**Your objective**
Instruction for the entries that follow: retype exactly the lines from the line with "f 81 360 113" to the line with "f 422 92 91", both included, and omit all others.

**Records for processing**
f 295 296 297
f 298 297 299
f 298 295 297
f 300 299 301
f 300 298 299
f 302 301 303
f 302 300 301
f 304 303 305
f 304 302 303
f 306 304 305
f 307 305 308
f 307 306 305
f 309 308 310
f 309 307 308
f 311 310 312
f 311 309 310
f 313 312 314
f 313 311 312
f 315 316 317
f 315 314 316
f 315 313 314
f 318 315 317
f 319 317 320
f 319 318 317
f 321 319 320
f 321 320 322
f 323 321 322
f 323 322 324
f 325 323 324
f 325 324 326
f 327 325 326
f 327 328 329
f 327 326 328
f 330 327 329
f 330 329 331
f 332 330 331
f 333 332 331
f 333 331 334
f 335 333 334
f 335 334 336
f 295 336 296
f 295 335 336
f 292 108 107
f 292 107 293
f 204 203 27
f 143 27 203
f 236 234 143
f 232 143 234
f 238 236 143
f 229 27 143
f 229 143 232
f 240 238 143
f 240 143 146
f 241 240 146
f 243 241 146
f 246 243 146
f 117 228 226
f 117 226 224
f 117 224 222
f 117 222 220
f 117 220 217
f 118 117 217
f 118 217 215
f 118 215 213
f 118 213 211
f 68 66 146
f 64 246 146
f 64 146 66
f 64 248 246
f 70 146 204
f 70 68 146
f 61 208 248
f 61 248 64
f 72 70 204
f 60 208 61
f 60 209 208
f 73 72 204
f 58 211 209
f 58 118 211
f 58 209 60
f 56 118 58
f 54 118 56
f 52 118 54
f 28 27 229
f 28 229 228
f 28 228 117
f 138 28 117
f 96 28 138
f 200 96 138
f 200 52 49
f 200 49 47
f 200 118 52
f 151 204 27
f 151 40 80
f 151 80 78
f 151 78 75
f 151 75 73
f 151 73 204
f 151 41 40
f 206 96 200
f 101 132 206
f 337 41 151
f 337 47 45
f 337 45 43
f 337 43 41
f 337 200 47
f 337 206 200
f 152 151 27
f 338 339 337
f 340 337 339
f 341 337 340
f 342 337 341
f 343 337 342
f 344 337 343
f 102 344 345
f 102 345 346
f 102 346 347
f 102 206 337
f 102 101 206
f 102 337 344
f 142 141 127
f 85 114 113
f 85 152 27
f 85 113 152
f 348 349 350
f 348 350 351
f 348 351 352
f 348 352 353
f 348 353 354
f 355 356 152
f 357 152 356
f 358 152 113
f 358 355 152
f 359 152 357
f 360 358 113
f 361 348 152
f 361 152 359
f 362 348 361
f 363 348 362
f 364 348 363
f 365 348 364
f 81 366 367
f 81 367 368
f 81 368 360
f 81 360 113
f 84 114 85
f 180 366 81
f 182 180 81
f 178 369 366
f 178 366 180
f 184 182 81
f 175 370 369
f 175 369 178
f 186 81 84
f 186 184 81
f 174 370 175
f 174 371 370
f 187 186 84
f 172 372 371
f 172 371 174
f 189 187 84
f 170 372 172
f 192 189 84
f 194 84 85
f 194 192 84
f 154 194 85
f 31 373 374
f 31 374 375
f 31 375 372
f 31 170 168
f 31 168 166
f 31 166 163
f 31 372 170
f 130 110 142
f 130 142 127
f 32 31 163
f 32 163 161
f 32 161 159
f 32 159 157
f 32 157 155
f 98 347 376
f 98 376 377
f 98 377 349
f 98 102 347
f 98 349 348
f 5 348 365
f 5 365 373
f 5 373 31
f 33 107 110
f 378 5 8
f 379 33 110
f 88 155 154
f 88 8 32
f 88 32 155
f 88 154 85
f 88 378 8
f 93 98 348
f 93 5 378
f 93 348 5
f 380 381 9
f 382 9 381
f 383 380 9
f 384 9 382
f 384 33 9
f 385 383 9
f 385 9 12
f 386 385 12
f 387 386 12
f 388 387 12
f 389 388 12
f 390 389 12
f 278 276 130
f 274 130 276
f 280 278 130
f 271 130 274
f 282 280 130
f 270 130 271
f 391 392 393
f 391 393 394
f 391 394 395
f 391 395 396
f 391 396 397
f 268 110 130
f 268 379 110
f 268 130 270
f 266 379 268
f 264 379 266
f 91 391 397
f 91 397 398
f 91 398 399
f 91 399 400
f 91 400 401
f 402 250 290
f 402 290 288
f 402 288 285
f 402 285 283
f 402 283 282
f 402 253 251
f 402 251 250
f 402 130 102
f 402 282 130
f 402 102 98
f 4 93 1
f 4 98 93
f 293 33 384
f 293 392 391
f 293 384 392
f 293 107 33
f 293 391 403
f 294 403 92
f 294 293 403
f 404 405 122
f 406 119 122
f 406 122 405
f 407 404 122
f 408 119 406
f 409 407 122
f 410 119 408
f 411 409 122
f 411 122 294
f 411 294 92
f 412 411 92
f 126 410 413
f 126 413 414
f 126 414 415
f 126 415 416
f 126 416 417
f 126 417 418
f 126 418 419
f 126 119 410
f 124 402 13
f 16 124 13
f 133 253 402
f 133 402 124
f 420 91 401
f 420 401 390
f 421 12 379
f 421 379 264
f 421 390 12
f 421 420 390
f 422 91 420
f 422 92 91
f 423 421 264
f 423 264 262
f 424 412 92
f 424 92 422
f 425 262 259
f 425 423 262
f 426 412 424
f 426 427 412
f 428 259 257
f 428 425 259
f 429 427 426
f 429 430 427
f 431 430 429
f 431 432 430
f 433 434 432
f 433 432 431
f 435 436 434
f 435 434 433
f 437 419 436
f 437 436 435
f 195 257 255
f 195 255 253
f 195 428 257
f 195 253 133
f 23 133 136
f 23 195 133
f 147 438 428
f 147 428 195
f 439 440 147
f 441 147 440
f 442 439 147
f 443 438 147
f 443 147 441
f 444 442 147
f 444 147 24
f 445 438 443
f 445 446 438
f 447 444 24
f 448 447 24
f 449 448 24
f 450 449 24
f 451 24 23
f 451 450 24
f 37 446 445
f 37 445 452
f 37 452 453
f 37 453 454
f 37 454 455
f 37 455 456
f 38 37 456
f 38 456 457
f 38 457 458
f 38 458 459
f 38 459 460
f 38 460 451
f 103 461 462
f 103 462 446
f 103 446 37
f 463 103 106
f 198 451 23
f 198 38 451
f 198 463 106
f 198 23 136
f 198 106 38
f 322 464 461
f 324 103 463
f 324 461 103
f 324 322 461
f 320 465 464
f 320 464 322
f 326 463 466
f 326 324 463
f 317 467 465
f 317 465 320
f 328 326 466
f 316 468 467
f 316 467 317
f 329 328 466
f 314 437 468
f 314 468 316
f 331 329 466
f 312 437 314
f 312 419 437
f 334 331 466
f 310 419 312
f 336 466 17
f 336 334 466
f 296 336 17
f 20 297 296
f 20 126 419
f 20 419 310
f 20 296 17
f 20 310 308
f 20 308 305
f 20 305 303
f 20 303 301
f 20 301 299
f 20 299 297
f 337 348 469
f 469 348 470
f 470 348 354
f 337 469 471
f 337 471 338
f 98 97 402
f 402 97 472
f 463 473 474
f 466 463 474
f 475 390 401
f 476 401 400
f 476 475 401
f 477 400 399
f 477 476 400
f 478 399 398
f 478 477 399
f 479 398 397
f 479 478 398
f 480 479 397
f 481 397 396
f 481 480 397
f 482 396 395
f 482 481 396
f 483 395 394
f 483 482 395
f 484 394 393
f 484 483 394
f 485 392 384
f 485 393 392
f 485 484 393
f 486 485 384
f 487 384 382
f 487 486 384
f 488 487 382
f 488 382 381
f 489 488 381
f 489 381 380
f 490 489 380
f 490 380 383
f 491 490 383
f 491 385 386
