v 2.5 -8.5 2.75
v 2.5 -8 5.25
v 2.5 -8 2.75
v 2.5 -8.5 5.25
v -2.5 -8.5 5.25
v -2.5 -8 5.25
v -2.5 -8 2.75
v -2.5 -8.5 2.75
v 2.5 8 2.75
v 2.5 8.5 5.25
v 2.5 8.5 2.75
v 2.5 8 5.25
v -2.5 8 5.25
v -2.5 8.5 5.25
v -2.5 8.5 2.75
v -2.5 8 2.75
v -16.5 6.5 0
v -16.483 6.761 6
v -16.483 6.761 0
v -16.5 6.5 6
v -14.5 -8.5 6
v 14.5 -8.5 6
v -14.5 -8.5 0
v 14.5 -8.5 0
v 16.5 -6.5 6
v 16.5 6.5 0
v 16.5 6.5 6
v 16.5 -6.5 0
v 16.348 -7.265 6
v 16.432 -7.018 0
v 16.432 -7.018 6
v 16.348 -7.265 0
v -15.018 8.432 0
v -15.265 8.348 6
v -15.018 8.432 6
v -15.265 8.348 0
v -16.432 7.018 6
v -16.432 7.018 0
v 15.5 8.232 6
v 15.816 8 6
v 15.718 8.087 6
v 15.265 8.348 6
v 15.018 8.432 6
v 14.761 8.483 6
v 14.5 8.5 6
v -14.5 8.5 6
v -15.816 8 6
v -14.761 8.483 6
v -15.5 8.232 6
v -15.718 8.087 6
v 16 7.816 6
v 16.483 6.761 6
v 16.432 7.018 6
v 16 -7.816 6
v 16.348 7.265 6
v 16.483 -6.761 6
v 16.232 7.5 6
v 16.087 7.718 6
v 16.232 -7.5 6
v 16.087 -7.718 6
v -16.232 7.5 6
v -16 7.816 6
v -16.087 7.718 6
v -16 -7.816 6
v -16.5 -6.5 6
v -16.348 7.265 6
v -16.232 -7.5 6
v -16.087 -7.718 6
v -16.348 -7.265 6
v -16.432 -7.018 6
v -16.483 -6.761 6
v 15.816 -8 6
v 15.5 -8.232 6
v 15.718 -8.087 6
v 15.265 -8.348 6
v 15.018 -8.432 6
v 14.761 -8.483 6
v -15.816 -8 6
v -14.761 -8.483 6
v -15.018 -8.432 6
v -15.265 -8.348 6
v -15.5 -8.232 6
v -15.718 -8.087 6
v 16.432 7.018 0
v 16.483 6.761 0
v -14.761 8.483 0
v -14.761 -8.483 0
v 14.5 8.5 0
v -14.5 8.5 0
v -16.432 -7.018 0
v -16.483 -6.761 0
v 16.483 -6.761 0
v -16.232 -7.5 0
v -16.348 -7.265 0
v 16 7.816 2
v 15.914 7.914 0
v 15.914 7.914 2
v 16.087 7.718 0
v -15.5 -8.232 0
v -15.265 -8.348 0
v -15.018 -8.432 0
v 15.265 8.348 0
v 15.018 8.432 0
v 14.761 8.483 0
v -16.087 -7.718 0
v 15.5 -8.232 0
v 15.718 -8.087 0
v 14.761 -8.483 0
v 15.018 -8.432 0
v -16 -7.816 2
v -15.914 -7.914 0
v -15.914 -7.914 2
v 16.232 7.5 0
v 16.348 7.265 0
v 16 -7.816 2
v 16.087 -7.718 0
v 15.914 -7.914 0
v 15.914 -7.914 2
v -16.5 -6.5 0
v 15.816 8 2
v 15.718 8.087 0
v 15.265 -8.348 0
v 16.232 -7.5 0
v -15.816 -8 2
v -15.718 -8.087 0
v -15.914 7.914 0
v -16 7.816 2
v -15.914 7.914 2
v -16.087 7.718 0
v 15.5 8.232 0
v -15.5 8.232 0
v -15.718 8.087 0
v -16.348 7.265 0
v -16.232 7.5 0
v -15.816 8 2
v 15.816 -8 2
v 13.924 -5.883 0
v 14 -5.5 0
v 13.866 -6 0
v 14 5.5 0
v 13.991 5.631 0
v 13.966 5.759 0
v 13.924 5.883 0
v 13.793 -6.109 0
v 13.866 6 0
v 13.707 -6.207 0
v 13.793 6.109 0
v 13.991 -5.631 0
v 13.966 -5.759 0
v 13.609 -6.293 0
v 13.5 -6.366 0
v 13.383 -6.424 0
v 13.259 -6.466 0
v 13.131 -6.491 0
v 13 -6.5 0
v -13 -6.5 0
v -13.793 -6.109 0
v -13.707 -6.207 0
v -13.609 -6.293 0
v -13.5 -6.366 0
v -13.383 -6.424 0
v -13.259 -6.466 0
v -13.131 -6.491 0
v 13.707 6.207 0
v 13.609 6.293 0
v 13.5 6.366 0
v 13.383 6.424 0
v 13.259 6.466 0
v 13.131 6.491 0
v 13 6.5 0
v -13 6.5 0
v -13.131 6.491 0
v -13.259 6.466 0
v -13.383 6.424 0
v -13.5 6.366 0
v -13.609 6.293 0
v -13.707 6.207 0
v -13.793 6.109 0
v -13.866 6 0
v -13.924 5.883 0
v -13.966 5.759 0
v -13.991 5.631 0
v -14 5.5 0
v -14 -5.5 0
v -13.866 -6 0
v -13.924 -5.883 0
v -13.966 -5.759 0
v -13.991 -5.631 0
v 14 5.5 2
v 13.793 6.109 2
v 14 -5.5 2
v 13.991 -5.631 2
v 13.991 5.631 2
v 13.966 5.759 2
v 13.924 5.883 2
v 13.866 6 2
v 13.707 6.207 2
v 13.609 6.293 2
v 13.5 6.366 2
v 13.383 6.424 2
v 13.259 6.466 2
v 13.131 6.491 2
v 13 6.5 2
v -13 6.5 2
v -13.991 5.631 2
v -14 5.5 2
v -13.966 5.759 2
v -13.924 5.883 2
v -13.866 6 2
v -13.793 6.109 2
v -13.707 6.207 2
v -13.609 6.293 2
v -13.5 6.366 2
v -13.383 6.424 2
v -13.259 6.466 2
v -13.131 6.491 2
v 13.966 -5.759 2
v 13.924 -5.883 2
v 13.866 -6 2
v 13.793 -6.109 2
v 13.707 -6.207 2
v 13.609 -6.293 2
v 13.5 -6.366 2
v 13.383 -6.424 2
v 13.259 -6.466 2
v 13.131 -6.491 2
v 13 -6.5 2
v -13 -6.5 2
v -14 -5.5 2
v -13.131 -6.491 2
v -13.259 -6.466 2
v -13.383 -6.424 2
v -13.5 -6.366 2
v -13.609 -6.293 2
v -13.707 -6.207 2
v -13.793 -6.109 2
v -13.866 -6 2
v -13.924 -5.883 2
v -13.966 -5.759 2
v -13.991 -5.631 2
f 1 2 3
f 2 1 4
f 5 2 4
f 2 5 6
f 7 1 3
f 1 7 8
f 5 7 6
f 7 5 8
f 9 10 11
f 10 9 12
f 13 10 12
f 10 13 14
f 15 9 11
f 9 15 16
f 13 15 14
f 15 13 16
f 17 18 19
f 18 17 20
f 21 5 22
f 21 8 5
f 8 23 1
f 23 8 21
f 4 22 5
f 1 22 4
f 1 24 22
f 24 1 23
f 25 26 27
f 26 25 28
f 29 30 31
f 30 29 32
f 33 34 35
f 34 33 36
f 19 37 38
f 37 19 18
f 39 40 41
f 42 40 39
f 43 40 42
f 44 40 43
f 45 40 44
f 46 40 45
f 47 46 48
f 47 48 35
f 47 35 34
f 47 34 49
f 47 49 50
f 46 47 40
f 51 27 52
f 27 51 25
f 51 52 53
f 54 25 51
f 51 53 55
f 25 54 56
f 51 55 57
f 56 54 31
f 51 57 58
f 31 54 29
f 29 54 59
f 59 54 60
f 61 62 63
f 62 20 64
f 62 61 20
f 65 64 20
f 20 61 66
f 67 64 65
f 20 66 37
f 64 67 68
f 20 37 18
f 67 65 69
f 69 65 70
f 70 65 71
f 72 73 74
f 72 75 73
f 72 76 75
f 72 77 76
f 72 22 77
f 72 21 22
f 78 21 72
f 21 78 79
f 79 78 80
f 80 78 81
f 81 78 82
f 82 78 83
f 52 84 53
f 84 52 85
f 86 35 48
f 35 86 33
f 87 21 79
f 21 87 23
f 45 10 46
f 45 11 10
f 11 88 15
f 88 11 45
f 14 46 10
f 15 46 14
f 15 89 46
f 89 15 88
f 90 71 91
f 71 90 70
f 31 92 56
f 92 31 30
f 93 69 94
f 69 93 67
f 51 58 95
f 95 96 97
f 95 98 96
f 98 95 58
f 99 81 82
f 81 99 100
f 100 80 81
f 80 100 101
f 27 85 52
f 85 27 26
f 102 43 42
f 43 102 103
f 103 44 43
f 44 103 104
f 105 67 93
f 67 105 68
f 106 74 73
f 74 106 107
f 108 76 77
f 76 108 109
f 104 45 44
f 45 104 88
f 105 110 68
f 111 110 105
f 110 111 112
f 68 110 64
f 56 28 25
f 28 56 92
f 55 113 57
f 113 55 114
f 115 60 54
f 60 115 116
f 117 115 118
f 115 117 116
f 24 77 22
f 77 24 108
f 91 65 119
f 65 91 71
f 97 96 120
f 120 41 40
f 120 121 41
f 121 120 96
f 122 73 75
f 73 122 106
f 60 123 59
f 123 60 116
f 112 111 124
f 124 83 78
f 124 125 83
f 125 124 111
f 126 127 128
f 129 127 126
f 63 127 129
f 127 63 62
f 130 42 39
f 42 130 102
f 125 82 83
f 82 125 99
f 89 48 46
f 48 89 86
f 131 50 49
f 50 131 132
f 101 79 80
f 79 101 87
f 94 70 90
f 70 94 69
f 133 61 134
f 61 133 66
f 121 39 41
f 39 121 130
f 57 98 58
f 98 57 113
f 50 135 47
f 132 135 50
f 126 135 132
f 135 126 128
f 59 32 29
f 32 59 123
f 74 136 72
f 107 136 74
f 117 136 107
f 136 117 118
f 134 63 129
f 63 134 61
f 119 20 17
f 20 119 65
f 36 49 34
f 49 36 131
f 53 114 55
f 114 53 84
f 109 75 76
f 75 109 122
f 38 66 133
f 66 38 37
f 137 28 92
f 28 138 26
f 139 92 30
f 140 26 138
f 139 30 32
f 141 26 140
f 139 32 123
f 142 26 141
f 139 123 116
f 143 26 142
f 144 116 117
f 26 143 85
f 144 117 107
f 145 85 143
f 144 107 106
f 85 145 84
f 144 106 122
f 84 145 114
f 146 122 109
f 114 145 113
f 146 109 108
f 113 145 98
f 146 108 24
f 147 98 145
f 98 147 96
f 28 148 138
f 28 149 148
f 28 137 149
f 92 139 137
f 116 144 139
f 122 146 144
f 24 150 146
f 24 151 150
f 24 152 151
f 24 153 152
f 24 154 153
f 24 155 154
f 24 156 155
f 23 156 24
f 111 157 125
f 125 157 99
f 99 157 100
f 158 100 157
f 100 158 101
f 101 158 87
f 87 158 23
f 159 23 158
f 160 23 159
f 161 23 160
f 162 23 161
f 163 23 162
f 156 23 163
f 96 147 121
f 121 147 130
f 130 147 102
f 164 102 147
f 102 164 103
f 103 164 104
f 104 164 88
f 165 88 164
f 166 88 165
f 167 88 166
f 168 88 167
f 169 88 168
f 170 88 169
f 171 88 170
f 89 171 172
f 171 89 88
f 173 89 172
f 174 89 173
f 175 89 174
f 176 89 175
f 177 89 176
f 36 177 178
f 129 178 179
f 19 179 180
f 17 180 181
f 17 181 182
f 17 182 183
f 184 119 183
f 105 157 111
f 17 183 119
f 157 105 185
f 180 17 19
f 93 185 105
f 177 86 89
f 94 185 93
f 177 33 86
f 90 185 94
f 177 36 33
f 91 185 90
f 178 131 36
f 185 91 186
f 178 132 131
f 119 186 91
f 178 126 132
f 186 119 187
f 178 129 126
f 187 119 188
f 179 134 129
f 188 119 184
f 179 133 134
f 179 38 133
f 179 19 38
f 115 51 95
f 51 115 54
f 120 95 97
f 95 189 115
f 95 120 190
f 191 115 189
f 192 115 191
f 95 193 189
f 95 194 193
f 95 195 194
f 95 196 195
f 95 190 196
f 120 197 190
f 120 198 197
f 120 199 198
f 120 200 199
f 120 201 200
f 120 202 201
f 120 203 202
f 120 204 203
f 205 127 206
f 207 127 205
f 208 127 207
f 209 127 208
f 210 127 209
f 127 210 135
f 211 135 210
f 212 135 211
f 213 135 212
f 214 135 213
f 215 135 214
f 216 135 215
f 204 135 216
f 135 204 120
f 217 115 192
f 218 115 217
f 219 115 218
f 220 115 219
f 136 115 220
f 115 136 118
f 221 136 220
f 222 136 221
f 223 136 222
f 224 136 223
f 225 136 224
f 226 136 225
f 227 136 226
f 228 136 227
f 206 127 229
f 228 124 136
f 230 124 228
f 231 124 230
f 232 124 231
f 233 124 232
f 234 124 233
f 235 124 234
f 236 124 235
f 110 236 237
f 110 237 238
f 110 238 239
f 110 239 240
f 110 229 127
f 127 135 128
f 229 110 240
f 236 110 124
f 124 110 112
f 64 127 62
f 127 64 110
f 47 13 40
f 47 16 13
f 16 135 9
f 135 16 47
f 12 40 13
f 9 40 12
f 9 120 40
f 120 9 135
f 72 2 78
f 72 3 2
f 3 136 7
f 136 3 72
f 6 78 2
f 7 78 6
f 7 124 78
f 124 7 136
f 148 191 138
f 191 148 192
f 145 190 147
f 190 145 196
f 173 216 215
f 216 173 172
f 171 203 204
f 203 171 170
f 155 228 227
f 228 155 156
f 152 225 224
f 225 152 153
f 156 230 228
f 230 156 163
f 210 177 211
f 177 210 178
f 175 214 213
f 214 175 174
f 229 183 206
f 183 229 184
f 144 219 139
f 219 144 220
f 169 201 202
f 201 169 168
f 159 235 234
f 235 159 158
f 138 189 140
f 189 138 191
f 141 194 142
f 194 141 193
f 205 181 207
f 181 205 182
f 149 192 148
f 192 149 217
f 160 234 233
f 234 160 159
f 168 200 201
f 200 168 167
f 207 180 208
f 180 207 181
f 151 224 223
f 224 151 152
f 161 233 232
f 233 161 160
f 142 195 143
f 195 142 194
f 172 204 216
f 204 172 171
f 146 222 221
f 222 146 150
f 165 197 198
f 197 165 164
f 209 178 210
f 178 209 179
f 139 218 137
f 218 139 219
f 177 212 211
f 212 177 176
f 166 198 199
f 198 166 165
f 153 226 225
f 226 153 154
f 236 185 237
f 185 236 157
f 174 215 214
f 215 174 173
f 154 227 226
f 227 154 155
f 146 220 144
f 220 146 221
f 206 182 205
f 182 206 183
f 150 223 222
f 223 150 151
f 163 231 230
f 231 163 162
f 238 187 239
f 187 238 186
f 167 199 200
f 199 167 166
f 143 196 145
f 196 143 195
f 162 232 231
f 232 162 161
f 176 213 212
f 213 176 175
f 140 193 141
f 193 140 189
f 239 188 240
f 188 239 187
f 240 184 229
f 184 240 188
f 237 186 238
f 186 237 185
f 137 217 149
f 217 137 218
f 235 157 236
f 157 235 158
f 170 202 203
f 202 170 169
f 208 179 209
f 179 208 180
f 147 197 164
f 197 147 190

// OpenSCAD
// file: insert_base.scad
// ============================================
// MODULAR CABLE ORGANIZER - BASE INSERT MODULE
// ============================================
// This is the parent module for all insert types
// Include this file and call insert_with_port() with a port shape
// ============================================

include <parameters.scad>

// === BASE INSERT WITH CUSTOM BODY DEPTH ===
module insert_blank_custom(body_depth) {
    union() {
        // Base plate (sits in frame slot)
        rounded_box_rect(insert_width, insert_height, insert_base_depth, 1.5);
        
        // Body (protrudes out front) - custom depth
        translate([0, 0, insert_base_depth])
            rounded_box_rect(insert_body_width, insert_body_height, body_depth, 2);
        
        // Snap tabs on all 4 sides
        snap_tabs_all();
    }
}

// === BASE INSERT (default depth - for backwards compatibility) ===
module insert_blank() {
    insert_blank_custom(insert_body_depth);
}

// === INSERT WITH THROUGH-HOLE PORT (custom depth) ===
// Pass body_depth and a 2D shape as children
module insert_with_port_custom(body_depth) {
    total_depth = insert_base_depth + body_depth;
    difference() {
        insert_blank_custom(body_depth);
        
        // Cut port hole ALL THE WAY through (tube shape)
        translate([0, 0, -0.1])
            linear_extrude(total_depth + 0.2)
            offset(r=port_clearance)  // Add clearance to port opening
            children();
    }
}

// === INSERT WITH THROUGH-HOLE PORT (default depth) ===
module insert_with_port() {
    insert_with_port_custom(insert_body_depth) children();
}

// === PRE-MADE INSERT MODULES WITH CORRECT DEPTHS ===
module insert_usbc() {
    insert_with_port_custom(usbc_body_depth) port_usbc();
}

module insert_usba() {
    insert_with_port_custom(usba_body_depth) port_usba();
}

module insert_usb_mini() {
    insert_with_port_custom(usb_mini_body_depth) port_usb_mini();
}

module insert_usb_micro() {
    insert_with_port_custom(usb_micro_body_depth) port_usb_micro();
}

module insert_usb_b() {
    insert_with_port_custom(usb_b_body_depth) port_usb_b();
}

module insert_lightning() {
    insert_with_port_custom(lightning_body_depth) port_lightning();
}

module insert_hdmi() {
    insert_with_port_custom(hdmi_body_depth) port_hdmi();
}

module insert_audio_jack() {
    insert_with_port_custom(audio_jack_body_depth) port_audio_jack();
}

==

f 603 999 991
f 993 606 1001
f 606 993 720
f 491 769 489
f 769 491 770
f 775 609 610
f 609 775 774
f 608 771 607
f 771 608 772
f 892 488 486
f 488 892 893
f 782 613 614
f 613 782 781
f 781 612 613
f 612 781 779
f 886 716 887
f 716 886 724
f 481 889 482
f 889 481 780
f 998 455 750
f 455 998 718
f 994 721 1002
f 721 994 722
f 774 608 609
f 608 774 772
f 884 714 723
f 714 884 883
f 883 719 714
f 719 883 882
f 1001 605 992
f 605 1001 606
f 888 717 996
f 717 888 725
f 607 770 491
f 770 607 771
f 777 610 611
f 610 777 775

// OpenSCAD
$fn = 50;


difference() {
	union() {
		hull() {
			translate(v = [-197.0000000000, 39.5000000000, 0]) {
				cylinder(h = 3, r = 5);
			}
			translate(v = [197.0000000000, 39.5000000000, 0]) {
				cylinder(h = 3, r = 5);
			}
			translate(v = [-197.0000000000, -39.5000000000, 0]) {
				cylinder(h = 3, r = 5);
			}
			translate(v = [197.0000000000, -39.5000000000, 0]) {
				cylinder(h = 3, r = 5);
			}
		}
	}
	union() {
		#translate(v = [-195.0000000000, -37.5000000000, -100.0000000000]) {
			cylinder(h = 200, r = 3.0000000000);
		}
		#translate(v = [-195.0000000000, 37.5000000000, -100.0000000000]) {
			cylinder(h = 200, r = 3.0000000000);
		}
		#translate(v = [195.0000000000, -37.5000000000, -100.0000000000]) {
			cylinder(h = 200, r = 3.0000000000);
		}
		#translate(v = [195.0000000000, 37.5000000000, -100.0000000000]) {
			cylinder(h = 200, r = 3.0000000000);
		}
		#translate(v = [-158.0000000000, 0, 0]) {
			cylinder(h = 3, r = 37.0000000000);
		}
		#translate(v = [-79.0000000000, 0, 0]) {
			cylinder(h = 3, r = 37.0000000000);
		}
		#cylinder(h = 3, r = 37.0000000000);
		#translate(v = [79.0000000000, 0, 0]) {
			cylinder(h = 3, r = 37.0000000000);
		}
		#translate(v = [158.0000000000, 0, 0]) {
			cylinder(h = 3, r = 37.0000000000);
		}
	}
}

**Output for this exercise**
f 81 360 113
f 84 114 85
f 180 366 81
f 182 180 81
f 178 369 366
f 178 366 180
f 184 182 81
f 175 370 369
f 175 369 178
f 186 81 84
f 186 184 81
f 174 370 175
f 174 371 370
f 187 186 84
f 172 372 371
f 172 371 174
f 189 187 84
f 170 372 172
f 192 189 84
f 194 84 85
f 194 192 84
f 154 194 85
f 31 373 374
f 31 374 375
f 31 375 372
f 31 170 168
f 31 168 166
f 31 166 163
f 31 372 170
f 130 110 142
f 130 142 127
f 32 31 163
f 32 163 161
f 32 161 159
f 32 159 157
f 32 157 155
f 98 347 376
f 98 376 377
f 98 377 349
f 98 102 347
f 98 349 348
f 5 348 365
f 5 365 373
f 5 373 31
f 33 107 110
f 378 5 8
f 379 33 110
f 88 155 154
f 88 8 32
f 88 32 155
f 88 154 85
f 88 378 8
f 93 98 348
f 93 5 378
f 93 348 5
f 380 381 9
f 382 9 381
f 383 380 9
f 384 9 382
f 384 33 9
f 385 383 9
f 385 9 12
f 386 385 12
f 387 386 12
f 388 387 12
f 389 388 12
f 390 389 12
f 278 276 130
f 274 130 276
f 280 278 130
f 271 130 274
f 282 280 130
f 270 130 271
f 391 392 393
f 391 393 394
f 391 394 395
f 391 395 396
f 391 396 397
f 268 110 130
f 268 379 110
f 268 130 270
f 266 379 268
f 264 379 266
f 91 391 397
f 91 397 398
f 91 398 399
f 91 399 400
f 91 400 401
f 402 250 290
f 402 290 288
f 402 288 285
f 402 285 283
f 402 283 282
f 402 253 251
f 402 251 250
f 402 130 102
f 402 282 130
f 402 102 98
f 4 93 1
f 4 98 93
f 293 33 384
f 293 392 391
f 293 384 392
f 293 107 33
f 293 391 403
f 294 403 92
f 294 293 403
f 404 405 122
f 406 119 122
f 406 122 405
f 407 404 122
f 408 119 406
f 409 407 122
f 410 119 408
f 411 409 122
f 411 122 294
f 411 294 92
f 412 411 92
f 126 410 413
f 126 413 414
f 126 414 415
f 126 415 416
f 126 416 417
f 126 417 418
f 126 418 419
f 126 119 410
f 124 402 13
f 16 124 13
f 133 253 402
f 133 402 124
f 420 91 401
f 420 401 390
f 421 12 379
f 421 379 264
f 421 390 12
f 421 420 390
f 422 91 420
f 422 92 91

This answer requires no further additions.